Makerere University Walter Reed Project
Current: Vol. 5, Issue 2 April - June, 2008
HIV CHRONOlOGY:
TREATMENT AND CARE
(2nd part of our HIV chronology series)
Dr. Arthur Sekiziyivu
On the 14th of March 2008, Uganda
commemorated 25 years since the first case of
HIV/AIDS was identified at Kasensero landing
site in Rakai District. Through parliamentary
resolution, outstanding contributions by key individuals and institutions were recognised. The
commemoration also served as a critical reminder
to the nation that two and a half decades later,
the problem of HIV/AIDS is still a major threat
to national development with no room for
complacency. In this issue, we review the progress
made in the area of HIV treatment and care.
The earliest community response to HIV/
AIDS was characterised by witchcraft and
superstition, with several victims desperately
turning to traditional healers and fortune-tellers
for solutions. This
approach was propelled
by the lack of a cure or
effective interventions
in hospitals and health
centres at the time.
Inadequate knowledge
on the disease limited dissemination of
information from either government or medical
personnel. This created an atmosphere ripe for
myth and intrigue.The establishment of a national AIDS Control
Programme (ACP) in 1986, coupled with a
multi-sectoral approach to HIV largely restored
public trust and confidence in the health care
system’s ability to deal with the problem. Rapid
advancements in knowledge of the disease led
to standardized medical practices. Government
initiated a nationwide HIV information
campaign on how it was spread and its symptoms.
This resulted in a surge in the number of people
interested in knowing their HIV status, thus
making voluntary counselling and testing (VCT)
a major feature of the national response. With
more public awareness, the focus inevitably
turned to the need for solutions to prolong and
better the quality of life of those infected.

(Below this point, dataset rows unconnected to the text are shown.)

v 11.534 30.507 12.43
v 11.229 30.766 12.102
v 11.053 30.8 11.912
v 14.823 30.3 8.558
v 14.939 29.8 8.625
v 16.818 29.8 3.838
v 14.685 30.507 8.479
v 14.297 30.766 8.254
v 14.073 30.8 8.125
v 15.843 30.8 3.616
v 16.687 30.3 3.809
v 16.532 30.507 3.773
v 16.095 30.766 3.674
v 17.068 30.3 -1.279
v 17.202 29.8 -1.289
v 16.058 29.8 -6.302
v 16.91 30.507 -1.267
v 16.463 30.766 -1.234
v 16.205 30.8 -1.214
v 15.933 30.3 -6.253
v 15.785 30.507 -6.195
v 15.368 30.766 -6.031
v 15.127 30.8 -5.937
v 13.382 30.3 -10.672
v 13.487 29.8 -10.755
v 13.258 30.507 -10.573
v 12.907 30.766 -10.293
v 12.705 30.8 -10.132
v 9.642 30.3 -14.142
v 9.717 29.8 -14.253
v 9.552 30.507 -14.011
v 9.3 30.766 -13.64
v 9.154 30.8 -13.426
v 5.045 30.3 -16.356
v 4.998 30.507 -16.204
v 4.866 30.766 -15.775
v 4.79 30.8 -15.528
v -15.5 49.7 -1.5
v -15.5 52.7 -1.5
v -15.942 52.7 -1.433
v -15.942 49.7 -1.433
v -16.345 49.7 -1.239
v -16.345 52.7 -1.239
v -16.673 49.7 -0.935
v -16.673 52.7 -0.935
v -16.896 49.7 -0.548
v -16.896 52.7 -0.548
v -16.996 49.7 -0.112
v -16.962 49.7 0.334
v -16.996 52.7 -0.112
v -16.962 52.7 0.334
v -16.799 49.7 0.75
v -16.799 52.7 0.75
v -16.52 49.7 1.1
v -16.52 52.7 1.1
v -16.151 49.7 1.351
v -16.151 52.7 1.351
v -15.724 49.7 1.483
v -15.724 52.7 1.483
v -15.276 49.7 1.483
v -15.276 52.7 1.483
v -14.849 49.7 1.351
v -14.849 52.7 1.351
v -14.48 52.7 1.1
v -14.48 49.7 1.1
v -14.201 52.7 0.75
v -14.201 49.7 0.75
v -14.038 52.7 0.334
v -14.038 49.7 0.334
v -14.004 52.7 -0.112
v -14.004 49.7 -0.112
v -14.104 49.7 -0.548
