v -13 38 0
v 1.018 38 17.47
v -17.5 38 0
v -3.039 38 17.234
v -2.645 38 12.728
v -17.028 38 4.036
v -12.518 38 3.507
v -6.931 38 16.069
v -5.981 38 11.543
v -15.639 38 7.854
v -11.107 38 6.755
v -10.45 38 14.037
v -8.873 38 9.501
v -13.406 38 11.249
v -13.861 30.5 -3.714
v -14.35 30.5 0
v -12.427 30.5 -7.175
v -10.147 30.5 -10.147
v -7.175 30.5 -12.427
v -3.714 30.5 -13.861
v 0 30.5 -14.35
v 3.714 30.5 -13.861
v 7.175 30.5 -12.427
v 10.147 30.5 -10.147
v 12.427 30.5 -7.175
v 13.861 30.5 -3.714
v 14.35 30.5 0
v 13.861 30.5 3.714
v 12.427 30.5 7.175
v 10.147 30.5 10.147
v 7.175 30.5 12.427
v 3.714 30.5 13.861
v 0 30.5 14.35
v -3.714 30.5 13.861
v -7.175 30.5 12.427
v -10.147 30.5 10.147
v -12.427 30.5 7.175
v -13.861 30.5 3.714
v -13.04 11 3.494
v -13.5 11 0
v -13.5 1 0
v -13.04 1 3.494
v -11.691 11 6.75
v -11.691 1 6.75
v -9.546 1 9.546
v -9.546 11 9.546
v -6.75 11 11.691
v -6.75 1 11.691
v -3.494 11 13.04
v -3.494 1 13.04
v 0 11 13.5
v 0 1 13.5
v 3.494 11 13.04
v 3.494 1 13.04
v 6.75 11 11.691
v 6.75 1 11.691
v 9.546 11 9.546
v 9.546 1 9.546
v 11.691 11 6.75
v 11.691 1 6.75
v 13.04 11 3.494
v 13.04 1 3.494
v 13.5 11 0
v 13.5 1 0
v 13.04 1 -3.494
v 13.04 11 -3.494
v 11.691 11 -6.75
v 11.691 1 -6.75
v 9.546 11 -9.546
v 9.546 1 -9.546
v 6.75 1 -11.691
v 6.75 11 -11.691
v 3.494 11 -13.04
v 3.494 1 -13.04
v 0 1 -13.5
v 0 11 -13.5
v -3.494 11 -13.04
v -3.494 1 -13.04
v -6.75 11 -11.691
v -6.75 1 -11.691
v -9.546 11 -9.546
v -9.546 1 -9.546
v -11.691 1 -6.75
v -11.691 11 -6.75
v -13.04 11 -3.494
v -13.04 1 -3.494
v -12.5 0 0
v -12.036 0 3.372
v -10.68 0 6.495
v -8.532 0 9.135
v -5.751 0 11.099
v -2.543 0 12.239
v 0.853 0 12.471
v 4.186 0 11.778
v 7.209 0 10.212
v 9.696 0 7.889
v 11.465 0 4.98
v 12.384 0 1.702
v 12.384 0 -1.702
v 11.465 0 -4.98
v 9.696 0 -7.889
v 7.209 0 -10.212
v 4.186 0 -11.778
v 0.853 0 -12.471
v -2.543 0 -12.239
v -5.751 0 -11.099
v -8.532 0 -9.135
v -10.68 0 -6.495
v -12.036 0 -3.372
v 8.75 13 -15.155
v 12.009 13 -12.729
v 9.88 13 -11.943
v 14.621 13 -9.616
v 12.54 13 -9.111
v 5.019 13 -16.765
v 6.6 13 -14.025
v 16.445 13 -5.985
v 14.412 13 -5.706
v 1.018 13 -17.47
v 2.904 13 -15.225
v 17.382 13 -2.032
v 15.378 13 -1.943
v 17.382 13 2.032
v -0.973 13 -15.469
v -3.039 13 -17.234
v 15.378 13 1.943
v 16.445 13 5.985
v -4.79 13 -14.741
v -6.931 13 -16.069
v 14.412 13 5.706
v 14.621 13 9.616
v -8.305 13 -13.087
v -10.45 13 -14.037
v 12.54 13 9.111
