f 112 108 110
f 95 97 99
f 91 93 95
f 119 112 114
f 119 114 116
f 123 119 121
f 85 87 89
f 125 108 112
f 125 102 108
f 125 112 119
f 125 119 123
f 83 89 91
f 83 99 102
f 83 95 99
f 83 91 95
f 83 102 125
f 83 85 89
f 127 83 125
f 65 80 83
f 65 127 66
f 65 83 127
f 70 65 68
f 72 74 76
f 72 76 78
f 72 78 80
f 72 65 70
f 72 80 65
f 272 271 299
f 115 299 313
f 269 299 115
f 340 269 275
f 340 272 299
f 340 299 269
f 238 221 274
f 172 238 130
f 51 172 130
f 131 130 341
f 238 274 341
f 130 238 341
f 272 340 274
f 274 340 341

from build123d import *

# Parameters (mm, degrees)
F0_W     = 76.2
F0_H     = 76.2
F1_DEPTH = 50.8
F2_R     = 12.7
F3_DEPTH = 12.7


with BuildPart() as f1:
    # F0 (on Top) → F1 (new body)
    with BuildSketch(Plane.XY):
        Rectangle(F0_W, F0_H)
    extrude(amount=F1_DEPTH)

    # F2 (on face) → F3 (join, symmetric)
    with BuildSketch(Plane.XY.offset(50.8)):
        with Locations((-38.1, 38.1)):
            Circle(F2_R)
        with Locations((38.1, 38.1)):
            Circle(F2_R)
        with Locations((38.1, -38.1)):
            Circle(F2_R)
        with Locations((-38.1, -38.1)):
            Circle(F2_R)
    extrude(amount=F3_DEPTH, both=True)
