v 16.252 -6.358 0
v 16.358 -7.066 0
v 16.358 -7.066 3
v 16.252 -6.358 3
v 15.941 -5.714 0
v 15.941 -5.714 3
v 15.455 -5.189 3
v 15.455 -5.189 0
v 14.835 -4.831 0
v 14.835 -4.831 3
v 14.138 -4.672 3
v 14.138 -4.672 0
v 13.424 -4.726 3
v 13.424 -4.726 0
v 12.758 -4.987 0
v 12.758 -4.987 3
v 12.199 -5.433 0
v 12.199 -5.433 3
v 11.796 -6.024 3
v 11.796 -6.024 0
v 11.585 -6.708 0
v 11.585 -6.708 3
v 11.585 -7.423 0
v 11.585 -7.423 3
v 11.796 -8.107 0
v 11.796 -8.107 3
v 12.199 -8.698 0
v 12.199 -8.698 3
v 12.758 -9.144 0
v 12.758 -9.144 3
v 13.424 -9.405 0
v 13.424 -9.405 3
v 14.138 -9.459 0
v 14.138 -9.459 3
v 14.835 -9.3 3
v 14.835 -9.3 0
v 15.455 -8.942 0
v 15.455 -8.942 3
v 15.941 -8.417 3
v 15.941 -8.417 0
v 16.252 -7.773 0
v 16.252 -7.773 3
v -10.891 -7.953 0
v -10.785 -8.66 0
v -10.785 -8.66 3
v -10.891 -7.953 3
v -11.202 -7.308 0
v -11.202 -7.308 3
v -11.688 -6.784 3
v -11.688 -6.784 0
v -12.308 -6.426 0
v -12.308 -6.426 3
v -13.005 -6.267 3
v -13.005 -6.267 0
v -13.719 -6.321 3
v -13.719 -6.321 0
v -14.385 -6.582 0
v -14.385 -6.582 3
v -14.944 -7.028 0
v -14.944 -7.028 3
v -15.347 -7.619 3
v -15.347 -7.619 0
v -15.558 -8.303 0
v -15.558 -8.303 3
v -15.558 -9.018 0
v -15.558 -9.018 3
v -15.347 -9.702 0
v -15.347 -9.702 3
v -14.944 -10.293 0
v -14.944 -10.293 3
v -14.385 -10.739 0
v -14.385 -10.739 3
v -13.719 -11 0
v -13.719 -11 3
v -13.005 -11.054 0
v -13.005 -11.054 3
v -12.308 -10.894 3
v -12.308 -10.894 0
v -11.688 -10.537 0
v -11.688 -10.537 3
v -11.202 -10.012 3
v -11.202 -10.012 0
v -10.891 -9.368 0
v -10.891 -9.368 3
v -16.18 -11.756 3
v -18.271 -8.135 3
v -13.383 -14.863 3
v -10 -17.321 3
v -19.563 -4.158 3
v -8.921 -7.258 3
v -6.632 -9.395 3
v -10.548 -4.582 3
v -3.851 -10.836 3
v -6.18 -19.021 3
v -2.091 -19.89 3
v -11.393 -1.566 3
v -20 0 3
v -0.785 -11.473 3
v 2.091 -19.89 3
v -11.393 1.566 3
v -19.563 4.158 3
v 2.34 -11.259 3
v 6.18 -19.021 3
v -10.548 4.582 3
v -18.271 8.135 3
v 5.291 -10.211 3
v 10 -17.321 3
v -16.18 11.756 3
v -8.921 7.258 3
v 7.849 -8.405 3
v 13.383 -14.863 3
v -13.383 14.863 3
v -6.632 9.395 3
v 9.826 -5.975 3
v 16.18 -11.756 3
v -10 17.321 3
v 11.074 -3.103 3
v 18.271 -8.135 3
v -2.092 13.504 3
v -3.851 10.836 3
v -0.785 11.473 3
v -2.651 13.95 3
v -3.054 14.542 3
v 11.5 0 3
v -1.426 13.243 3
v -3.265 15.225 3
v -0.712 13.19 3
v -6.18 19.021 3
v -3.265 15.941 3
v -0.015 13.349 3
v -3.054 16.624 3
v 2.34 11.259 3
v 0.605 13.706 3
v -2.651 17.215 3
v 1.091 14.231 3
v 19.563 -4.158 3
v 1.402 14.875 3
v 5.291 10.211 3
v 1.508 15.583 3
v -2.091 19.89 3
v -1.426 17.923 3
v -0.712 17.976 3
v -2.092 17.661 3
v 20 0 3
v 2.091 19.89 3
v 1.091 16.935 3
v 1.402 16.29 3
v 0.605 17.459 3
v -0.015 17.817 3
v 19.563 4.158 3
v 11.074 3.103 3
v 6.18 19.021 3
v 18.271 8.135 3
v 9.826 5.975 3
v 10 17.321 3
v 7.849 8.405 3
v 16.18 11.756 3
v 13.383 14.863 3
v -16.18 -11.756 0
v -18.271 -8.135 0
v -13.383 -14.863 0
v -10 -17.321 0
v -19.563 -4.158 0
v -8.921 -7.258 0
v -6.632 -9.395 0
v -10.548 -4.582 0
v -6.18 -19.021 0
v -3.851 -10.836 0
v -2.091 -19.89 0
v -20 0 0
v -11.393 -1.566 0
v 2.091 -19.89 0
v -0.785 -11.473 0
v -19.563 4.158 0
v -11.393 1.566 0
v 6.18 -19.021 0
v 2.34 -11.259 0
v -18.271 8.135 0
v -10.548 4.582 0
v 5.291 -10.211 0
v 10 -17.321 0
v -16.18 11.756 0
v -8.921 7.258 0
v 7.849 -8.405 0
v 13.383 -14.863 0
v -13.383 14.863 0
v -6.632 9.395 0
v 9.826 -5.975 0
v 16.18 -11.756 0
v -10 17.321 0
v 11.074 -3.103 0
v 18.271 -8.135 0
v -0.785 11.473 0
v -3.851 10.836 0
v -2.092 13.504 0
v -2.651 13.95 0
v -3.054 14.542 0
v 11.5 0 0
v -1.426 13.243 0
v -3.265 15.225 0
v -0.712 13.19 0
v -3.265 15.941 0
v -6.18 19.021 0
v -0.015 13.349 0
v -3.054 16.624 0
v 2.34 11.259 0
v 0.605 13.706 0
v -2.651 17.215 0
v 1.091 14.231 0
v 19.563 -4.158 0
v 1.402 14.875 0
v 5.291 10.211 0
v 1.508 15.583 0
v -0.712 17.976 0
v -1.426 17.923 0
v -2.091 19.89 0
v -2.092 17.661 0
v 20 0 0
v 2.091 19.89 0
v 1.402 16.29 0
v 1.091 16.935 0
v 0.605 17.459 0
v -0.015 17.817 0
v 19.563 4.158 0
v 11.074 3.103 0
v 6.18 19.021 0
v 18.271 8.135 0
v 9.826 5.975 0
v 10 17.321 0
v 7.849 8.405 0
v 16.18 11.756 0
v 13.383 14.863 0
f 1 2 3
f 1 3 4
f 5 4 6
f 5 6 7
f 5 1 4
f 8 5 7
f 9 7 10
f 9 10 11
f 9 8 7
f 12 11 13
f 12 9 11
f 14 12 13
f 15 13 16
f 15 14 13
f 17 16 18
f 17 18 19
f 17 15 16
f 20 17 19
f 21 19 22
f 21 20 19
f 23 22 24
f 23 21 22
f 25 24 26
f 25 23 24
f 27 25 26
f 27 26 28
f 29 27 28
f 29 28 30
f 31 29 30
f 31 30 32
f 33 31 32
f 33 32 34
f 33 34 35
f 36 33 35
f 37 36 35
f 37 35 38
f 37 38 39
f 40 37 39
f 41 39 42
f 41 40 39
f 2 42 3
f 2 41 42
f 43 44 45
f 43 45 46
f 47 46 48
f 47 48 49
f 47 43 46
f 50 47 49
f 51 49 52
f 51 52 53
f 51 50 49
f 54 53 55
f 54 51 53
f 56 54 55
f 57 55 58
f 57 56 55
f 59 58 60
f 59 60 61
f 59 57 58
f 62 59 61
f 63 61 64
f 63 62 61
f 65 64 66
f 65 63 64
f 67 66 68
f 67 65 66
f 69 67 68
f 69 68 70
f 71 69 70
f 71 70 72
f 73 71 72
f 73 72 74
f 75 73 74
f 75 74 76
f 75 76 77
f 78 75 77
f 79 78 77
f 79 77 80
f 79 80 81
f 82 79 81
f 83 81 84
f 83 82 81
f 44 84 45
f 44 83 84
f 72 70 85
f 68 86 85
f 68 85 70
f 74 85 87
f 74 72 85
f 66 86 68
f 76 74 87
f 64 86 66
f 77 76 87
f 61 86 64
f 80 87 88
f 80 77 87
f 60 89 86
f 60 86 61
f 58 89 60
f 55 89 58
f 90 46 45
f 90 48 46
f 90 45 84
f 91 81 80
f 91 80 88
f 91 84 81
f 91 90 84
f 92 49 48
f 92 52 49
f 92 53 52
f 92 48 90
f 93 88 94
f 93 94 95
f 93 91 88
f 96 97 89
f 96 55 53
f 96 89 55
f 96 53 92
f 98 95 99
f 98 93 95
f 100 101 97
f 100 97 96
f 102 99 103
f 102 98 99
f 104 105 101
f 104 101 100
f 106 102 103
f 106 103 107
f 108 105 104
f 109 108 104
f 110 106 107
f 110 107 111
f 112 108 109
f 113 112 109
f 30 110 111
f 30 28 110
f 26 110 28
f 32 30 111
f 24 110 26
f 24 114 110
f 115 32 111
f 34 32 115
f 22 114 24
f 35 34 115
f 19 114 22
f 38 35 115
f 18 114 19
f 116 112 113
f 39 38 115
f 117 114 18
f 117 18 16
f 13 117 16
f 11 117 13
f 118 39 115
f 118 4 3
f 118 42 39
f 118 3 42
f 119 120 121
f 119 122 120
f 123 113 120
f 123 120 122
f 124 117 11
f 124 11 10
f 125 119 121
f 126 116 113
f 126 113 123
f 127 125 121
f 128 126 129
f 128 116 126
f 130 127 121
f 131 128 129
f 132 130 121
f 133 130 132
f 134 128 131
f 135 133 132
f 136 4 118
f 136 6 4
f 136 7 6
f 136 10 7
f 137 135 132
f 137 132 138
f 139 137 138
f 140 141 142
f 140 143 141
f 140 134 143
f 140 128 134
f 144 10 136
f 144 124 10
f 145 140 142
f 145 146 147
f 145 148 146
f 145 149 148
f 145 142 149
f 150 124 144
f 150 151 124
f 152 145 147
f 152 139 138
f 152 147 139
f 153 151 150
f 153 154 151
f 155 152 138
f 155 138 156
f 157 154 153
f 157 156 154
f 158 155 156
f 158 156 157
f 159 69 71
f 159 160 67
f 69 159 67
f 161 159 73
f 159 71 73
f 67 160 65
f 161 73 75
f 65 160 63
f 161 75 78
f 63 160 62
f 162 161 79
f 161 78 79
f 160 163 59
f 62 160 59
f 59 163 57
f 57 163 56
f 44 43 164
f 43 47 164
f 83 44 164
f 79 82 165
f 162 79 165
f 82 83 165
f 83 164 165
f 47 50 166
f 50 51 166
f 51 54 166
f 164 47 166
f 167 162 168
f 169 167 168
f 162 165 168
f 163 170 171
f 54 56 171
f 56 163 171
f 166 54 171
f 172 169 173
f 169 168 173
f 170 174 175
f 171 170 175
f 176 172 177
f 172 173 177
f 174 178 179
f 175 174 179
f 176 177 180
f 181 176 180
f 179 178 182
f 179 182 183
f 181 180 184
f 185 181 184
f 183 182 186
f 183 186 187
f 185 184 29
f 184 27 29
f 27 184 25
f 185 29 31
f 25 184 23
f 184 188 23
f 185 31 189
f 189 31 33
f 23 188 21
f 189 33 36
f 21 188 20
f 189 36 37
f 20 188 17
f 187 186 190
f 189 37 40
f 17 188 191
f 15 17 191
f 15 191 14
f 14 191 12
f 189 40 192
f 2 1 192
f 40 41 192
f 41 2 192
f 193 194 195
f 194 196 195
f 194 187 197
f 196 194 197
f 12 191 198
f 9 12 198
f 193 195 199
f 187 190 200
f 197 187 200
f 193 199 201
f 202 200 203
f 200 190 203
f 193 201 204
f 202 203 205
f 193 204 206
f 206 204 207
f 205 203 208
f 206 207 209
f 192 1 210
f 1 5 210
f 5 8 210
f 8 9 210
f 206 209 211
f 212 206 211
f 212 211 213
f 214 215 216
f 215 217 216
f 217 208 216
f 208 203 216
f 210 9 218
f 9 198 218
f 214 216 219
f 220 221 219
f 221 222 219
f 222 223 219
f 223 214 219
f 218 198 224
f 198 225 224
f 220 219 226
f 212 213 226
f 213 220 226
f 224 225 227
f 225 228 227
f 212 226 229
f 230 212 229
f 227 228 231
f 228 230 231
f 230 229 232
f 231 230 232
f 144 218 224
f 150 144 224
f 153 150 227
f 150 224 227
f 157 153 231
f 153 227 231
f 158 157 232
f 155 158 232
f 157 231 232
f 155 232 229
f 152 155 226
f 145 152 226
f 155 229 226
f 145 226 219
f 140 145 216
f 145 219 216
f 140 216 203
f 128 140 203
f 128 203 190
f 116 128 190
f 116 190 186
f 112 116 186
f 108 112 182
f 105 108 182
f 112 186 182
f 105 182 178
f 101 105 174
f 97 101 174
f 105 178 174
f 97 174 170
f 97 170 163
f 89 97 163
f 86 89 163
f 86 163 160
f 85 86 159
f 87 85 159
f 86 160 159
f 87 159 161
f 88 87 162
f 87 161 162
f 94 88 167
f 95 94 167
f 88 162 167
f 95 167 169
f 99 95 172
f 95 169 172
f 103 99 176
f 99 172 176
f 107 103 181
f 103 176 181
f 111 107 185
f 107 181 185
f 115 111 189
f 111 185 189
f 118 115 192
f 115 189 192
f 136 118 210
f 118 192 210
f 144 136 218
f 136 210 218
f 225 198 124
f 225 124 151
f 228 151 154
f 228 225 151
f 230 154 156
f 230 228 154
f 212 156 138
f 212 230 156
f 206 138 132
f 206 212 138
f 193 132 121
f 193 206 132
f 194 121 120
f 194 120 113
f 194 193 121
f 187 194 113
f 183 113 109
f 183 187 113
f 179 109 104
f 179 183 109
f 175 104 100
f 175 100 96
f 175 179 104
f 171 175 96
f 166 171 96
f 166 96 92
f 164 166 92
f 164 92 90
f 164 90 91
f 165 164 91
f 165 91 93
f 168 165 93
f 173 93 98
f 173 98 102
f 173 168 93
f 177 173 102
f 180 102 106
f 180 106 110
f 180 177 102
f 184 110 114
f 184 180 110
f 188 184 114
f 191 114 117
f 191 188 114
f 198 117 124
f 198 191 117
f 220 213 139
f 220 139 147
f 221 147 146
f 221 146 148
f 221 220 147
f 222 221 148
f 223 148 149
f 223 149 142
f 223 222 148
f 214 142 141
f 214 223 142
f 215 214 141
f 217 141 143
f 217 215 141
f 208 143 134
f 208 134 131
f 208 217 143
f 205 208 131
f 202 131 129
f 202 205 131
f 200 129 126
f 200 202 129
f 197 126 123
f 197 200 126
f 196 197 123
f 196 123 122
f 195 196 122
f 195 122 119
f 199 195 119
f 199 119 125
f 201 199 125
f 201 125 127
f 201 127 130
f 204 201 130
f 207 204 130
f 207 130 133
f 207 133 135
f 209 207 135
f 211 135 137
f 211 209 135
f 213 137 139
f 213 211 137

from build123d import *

# Parameters (mm, degrees)
SKETCH2_R           = 20
SKETCH2_R_2         = 2.4
SKETCH2_R_3         = 11.5
BOSS_EXTRUDE1_DEPTH = 3


with BuildPart() as part:
    # Sketch2 → Boss-Extrude1 (new body)
    with BuildSketch(Plane.XY):
        Circle(SKETCH2_R)
        with Locations((-13.184775653, -8.660341037)):
            Circle(SKETCH2_R_2, mode=Mode.SUBTRACT)
        with Locations((13.958150794, -7.065513271)):
            Circle(SKETCH2_R_2, mode=Mode.SUBTRACT)
        Circle(SKETCH2_R_3, mode=Mode.SUBTRACT)
        with Locations((-0.89182915, 15.582825039)):
            Circle(SKETCH2_R_2, mode=Mode.SUBTRACT)
    extrude(amount=BOSS_EXTRUDE1_DEPTH)


solid = part.part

Initially, clinicians largely
treated HIV patients by
giving them therapies
that targeted the various
opportunistic infections
that they presented with.
There was little available
both locally and internationally in terms of
interventions that would eradicate or at least
reduce the load of the virus in the body. This
situation meant that when HIV infected people
became symptomatic, they were perpetually unwell and in hospital till their death. HIV
infected persons also remained highly infectious
for the rest of their lives and infected mothers
carried a great risk of transmitting the disease to
their babies.
The late 1980s and early 1990s raised some
hope with the discovery of antiretroviral monotherapies
like Zidovudine (AZT). AZT Monotherapy
was also used to address mother to child
transmission. However, these drugs were costly,
had multiple side effects and in some cases a
questionable risk- benefit ratio. The threat of
viral mutation and rapid development of drug
resistant HIV strains while on mono-therapy
further dented the value of this strategy. As a
result, the demand for more effective and less
toxic drug regimes was more than apparent to
both practitioners and patients.
The development of Highly Active AntiRetroviral
Therapy (HAART) against HIV in the mid
1990s is considered to be one of the great success
stories of modern medicine. This multi-drug
combination strategy has transformed HIV/
AIDS from an almost universally fatal and
catastrophic illness to a manageable chronic
illness.
Another major breakthrough, was the discovery
that when Nevirapine was administered as one
dose to the mother at the onset of labour and
one dose to the child within 72 hours of birth,
chances of Mother-to-Child HIV transmission
(PMTCT) were cut by between 50 – 90%. This
is now a widely used PMTCT strategy, not only
in Uganda, but the world over. It has been found
to be the only feasible and available option for
most developing countries. But this did not take
away the challenge of HIV-positive children.
Initially, most ART drugs were not paediatric
friendly. There were hardly any syrups, suspensions
or low-strength tablets that could be prescribed
for children under the age of 12. Pharmacy
technicians were often forced to break adult
strength tablets into halves, or even quarters in
order to dispense ART to children. This of course created problems of dosage, method
of administration and adherence. The
introduction of paediatric friendly formulations has helped solve this.
In Uganda, antiretroviral therapy was initially the preserve of the rich with
the poor primarily depending on charities to access this treatment. The high
cost meant that very few of those who needed these life long drugs would
be able to start treatment, let alone sustain it.
In the last decade, prioritization by government, with support from
development partners and multiple international and local advocacy
movements such as PEPFAR has seen an exponential rise in the number
of people accessing free treatment. The commissioning of a local ARTproducing
pharmaceutical industry last year means cheaper ART drugs will
be available on the Ugandan market soon. Presently there are over 100,000
people on antiretroviral therapy that is available free of charge at all district
hospitals. Mothers are routinely tested and, where necessary, given drugs to
prevent transmission to their babies. Though the battle is far from over, we
are proud of all we have achieved so far.